Collected data entries
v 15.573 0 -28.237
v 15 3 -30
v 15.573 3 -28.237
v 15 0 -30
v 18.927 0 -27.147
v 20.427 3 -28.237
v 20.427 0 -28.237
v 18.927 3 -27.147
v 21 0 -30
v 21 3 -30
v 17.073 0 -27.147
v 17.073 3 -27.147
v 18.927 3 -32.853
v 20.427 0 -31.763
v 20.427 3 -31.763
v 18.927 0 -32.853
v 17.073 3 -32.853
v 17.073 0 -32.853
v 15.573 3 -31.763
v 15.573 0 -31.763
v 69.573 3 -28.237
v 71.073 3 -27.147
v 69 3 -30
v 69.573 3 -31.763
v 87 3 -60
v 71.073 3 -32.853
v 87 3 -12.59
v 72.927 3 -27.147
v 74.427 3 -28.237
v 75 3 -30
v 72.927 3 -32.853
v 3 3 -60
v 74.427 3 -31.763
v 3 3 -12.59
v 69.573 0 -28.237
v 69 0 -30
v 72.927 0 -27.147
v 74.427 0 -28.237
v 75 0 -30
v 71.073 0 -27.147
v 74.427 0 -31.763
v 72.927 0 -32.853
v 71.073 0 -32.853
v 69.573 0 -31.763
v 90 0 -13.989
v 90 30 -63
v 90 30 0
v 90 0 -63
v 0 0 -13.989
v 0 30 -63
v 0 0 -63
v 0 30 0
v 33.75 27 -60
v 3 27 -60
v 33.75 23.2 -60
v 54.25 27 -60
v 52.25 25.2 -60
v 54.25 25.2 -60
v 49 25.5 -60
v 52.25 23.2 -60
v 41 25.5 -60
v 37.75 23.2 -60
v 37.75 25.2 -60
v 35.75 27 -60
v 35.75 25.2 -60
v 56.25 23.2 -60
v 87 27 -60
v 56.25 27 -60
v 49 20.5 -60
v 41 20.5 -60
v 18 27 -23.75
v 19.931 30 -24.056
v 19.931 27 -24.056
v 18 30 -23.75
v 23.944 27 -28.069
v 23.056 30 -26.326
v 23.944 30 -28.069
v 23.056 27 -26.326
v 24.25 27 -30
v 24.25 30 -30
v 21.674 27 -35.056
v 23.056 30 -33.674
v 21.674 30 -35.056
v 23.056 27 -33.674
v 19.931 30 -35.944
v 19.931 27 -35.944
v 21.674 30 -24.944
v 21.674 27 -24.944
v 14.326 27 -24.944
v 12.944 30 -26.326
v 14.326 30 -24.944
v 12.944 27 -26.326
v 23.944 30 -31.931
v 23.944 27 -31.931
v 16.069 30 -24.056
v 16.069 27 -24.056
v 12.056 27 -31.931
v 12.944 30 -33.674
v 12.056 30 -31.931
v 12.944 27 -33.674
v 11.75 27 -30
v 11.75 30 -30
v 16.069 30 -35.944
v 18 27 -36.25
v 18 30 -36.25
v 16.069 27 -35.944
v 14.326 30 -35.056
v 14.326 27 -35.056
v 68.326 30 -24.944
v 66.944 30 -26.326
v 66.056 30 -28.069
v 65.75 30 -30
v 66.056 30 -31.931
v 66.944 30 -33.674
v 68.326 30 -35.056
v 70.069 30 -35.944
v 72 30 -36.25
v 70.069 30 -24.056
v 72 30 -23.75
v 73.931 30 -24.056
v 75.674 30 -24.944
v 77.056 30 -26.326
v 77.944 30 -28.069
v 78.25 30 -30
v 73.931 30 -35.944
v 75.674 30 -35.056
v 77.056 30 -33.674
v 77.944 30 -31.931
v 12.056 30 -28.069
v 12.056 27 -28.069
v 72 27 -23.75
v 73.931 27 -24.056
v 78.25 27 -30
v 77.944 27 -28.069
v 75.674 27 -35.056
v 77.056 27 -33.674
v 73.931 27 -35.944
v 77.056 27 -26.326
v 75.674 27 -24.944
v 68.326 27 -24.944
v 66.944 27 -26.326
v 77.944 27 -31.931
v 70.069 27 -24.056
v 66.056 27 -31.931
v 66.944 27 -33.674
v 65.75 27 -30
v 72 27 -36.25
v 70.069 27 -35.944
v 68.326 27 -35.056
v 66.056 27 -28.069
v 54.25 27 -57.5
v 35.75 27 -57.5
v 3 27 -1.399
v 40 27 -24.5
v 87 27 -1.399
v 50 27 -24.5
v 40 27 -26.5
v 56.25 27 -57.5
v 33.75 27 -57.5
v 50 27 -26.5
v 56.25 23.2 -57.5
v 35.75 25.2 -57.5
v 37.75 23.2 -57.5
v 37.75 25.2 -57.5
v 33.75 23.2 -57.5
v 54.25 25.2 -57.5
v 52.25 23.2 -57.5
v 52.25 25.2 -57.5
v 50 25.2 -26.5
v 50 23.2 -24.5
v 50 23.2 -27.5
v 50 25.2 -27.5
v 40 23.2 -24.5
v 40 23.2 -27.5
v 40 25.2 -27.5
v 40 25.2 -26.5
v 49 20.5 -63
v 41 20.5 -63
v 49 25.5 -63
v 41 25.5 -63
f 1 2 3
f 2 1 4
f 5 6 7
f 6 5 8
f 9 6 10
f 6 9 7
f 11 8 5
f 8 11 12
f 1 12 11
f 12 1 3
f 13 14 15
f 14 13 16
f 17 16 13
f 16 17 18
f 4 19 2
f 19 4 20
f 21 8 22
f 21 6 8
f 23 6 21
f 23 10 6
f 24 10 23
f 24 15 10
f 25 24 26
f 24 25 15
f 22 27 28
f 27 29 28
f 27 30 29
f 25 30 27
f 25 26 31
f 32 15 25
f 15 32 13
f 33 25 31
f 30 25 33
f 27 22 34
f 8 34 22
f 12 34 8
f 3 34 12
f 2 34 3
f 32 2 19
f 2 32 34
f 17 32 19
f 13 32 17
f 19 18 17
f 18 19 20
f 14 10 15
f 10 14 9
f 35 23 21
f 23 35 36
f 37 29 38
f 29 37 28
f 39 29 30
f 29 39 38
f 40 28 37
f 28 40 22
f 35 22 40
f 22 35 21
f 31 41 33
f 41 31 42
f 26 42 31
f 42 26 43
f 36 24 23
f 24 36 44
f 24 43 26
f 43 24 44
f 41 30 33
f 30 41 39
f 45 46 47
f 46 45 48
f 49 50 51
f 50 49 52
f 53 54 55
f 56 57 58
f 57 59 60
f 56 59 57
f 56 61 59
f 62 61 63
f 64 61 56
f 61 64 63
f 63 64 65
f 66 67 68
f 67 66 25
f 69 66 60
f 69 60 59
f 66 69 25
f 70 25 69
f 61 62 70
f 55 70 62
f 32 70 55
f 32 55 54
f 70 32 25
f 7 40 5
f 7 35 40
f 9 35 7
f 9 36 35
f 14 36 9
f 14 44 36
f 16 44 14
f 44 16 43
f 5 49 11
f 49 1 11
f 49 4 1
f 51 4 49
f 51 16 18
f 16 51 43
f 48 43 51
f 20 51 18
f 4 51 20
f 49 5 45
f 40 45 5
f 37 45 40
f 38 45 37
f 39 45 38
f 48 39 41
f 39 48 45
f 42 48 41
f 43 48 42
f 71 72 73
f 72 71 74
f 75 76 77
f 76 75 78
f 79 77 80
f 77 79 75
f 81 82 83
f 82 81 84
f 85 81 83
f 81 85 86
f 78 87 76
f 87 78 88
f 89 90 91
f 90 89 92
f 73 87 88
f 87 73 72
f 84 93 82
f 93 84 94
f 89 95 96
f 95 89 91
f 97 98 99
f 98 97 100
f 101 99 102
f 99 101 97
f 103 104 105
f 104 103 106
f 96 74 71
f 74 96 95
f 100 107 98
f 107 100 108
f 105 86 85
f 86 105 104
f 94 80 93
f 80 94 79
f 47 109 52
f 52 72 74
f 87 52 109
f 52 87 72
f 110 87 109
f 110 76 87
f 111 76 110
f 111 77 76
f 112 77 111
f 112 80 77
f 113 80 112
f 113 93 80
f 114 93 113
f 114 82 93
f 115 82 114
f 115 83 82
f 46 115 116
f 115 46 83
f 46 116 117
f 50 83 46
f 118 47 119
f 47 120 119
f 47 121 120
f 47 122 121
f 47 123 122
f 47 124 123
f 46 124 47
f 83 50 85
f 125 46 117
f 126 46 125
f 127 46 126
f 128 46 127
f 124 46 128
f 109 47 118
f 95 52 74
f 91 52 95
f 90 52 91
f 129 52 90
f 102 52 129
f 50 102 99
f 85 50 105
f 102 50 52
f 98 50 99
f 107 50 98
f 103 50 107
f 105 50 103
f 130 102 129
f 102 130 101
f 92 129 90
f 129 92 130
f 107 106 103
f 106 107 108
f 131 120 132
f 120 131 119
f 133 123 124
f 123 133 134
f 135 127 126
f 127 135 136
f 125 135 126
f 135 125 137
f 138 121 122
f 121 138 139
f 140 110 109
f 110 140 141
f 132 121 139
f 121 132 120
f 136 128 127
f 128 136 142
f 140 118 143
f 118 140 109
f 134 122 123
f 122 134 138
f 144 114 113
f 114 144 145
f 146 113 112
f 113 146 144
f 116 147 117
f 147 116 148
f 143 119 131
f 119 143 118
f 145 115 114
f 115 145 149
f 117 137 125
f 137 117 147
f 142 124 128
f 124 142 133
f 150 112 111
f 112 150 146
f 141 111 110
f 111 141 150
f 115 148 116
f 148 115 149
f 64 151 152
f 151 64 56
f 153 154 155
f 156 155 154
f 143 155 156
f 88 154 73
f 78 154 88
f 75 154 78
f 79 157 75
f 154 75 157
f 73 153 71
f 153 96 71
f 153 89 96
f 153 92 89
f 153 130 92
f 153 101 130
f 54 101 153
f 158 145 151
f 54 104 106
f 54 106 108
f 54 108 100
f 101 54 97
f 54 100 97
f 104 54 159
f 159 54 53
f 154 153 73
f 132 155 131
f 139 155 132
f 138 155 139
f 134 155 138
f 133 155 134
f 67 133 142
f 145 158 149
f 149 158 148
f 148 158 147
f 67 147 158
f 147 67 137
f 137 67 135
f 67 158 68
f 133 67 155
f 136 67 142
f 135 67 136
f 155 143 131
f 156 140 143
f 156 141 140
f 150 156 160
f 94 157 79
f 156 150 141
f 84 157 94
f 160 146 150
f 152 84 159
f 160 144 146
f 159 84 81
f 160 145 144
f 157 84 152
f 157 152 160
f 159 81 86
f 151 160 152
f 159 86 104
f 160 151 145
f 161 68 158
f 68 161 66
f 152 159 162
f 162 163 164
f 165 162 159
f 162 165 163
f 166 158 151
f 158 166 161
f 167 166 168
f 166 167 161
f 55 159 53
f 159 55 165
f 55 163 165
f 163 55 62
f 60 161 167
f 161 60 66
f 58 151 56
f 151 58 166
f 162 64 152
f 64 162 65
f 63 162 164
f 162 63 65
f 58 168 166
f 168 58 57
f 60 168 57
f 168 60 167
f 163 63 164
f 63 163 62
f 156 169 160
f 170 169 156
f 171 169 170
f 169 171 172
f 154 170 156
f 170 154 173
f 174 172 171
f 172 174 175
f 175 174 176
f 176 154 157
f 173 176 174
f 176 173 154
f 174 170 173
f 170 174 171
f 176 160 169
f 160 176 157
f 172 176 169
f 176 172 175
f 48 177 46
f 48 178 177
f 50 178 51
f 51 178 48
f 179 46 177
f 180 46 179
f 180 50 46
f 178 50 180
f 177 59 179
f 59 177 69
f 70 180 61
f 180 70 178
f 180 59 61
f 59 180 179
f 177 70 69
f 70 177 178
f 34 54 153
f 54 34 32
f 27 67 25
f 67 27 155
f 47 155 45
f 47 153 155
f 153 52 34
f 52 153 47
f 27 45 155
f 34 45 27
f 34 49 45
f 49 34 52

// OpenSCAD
BODY_DEPTH = 3;
BODY_WIDTH = 90;
BODY_HEIGHT = 30;
BODY_LENGTH = 60;
MICROUSB_WIDTH = 8;
MICROUSB_HEIGHT = 5;
PROMICRO_WIDTH = 18.5;
PROMICRO_LENGTH = 33.5;
PROMICRO_HEIGHT = 1.8;
PROMICRO_SLOT_SIZE = 4;
PROMICRO_SLOT_HEIGHT = 2;
PROMICRO_SLOT_DEPTH = 2.5;
BACK_SLOT_SIZE = 1;
BACK_SLOT_WIDTH = 10;
SCREW_BOTTOM_SIZE = 6.25;
SCREW_TOP_SIZE = 3;
ANGLE = 25;

difference() {
    
union() {
// Top
difference() {
    rotate([270, 0, 0])
        cube(size = [BODY_WIDTH, BODY_LENGTH, BODY_DEPTH]);
    union() {
        rotate([90, 0, 0])
            translate([18, -BODY_LENGTH / 2, -BODY_DEPTH])
            cylinder(10, SCREW_TOP_SIZE, SCREW_TOP_SIZE);
            
        rotate([90, 0, 0])
            translate([BODY_WIDTH - 18, -BODY_LENGTH / 2, -BODY_DEPTH])
            cylinder(10, SCREW_TOP_SIZE, SCREW_TOP_SIZE);
    }
}
    
// Bottom
difference() {
    rotate([270, 0, 0])
        translate([0, 0, BODY_HEIGHT - BODY_DEPTH])
        cube(size = [BODY_WIDTH, BODY_LENGTH, BODY_DEPTH]);
    union() {
        rotate([90, 0, 0])
            translate([18, -BODY_LENGTH / 2, -BODY_HEIGHT])
            cylinder(10, SCREW_BOTTOM_SIZE, SCREW_BOTTOM_SIZE);
            
        rotate([90, 0, 0])
            translate([BODY_WIDTH - 18, -BODY_LENGTH / 2, -BODY_HEIGHT])
            cylinder(10, SCREW_BOTTOM_SIZE, SCREW_BOTTOM_SIZE);
    }
}
    
    // Side catches for Pro Micro PCB
difference() {
    difference() {  
        translate([(BODY_WIDTH - (PROMICRO_WIDTH + PROMICRO_SLOT_SIZE)) / 2, BODY_HEIGHT - (BODY_DEPTH + PROMICRO_HEIGHT + PROMICRO_SLOT_HEIGHT), -BODY_LENGTH])    
            cube(size = [PROMICRO_WIDTH + PROMICRO_SLOT_SIZE, PROMICRO_HEIGHT + PROMICRO_SLOT_HEIGHT, PROMICRO_SLOT_DEPTH]);
        translate([(BODY_WIDTH - PROMICRO_WIDTH) / 2, BODY_HEIGHT - (BODY_DEPTH + PROMICRO_HEIGHT), -BODY_LENGTH])    
            cube(size = [PROMICRO_WIDTH, PROMICRO_HEIGHT, PROMICRO_SLOT_DEPTH]);
    }

    translate([(BODY_WIDTH - (PROMICRO_WIDTH - PROMICRO_SLOT_SIZE)) / 2, BODY_HEIGHT - (BODY_DEPTH + 10), -BODY_LENGTH]) 
                cube(size = [PROMICRO_WIDTH - PROMICRO_SLOT_SIZE, 10, 10]);
}

    // Back catch for Pro Micro PCB
difference() {
    translate([(BODY_WIDTH - BACK_SLOT_WIDTH) / 2, BODY_HEIGHT - (PROMICRO_HEIGHT + BODY_DEPTH + PROMICRO_SLOT_HEIGHT), -BODY_LENGTH + (PROMICRO_LENGTH - BACK_SLOT_SIZE)])
        cube(size = [BACK_SLOT_WIDTH, PROMICRO_HEIGHT + PROMICRO_SLOT_HEIGHT, (BACK_SLOT_SIZE + PROMICRO_SLOT_HEIGHT)]);
    translate([(BODY_WIDTH - BACK_SLOT_WIDTH) / 2, BODY_HEIGHT - (PROMICRO_HEIGHT + BODY_DEPTH), -BODY_LENGTH + (PROMICRO_LENGTH - BACK_SLOT_SIZE)])
        cube(size = [BACK_SLOT_WIDTH, PROMICRO_HEIGHT, BACK_SLOT_SIZE]);
}
    // Pro Micro
//translate([(BODY_WIDTH - PROMICRO_WIDTH) / 2, BODY_HEIGHT - (PROMICRO_HEIGHT + BODY_DEPTH), -BODY_LENGTH])
    //cube(size = [PROMICRO_WIDTH, PROMICRO_HEIGHT, PROMICRO_LENGTH]);

    
// Sides
rotate([0, 90, 0])
    cube(size = [BODY_LENGTH, BODY_HEIGHT, BODY_DEPTH]);
    
rotate([0, 90, 0])
    translate([0, 0, BODY_WIDTH - BODY_DEPTH])
    cube(size = [BODY_LENGTH, BODY_HEIGHT, BODY_DEPTH]);

// Back
translate([0, 0, -BODY_LENGTH - BODY_DEPTH])
    difference() {
        cube(size = [BODY_WIDTH, BODY_HEIGHT, BODY_DEPTH]);
        translate([(BODY_WIDTH - MICROUSB_WIDTH) / 2, BODY_HEIGHT - 9.5, 0])
            cube(size = [MICROUSB_WIDTH, MICROUSB_HEIGHT, 10]);
    }
}
// Angling
translate([0, 30, 0])
rotate([90, 0, 0])
rotate([ANGLE, 0, 0])
    cube(size = [BODY_WIDTH, BODY_HEIGHT + 10, 100]);
}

=== Instructions to follow ===
Please copy the lines in the records above between the one holding "f 172 176 169" and the one holding "f 47 153 155", inclusive, exactly and with no other line.

=== Completed task ===
f 172 176 169
f 176 172 175
f 48 177 46
f 48 178 177
f 50 178 51
f 51 178 48
f 179 46 177
f 180 46 179
f 180 50 46
f 178 50 180
f 177 59 179
f 59 177 69
f 70 180 61
f 180 70 178
f 180 59 61
f 59 180 179
f 177 70 69
f 70 177 178
f 34 54 153
f 54 34 32
f 27 67 25
f 67 27 155
f 47 155 45
f 47 153 155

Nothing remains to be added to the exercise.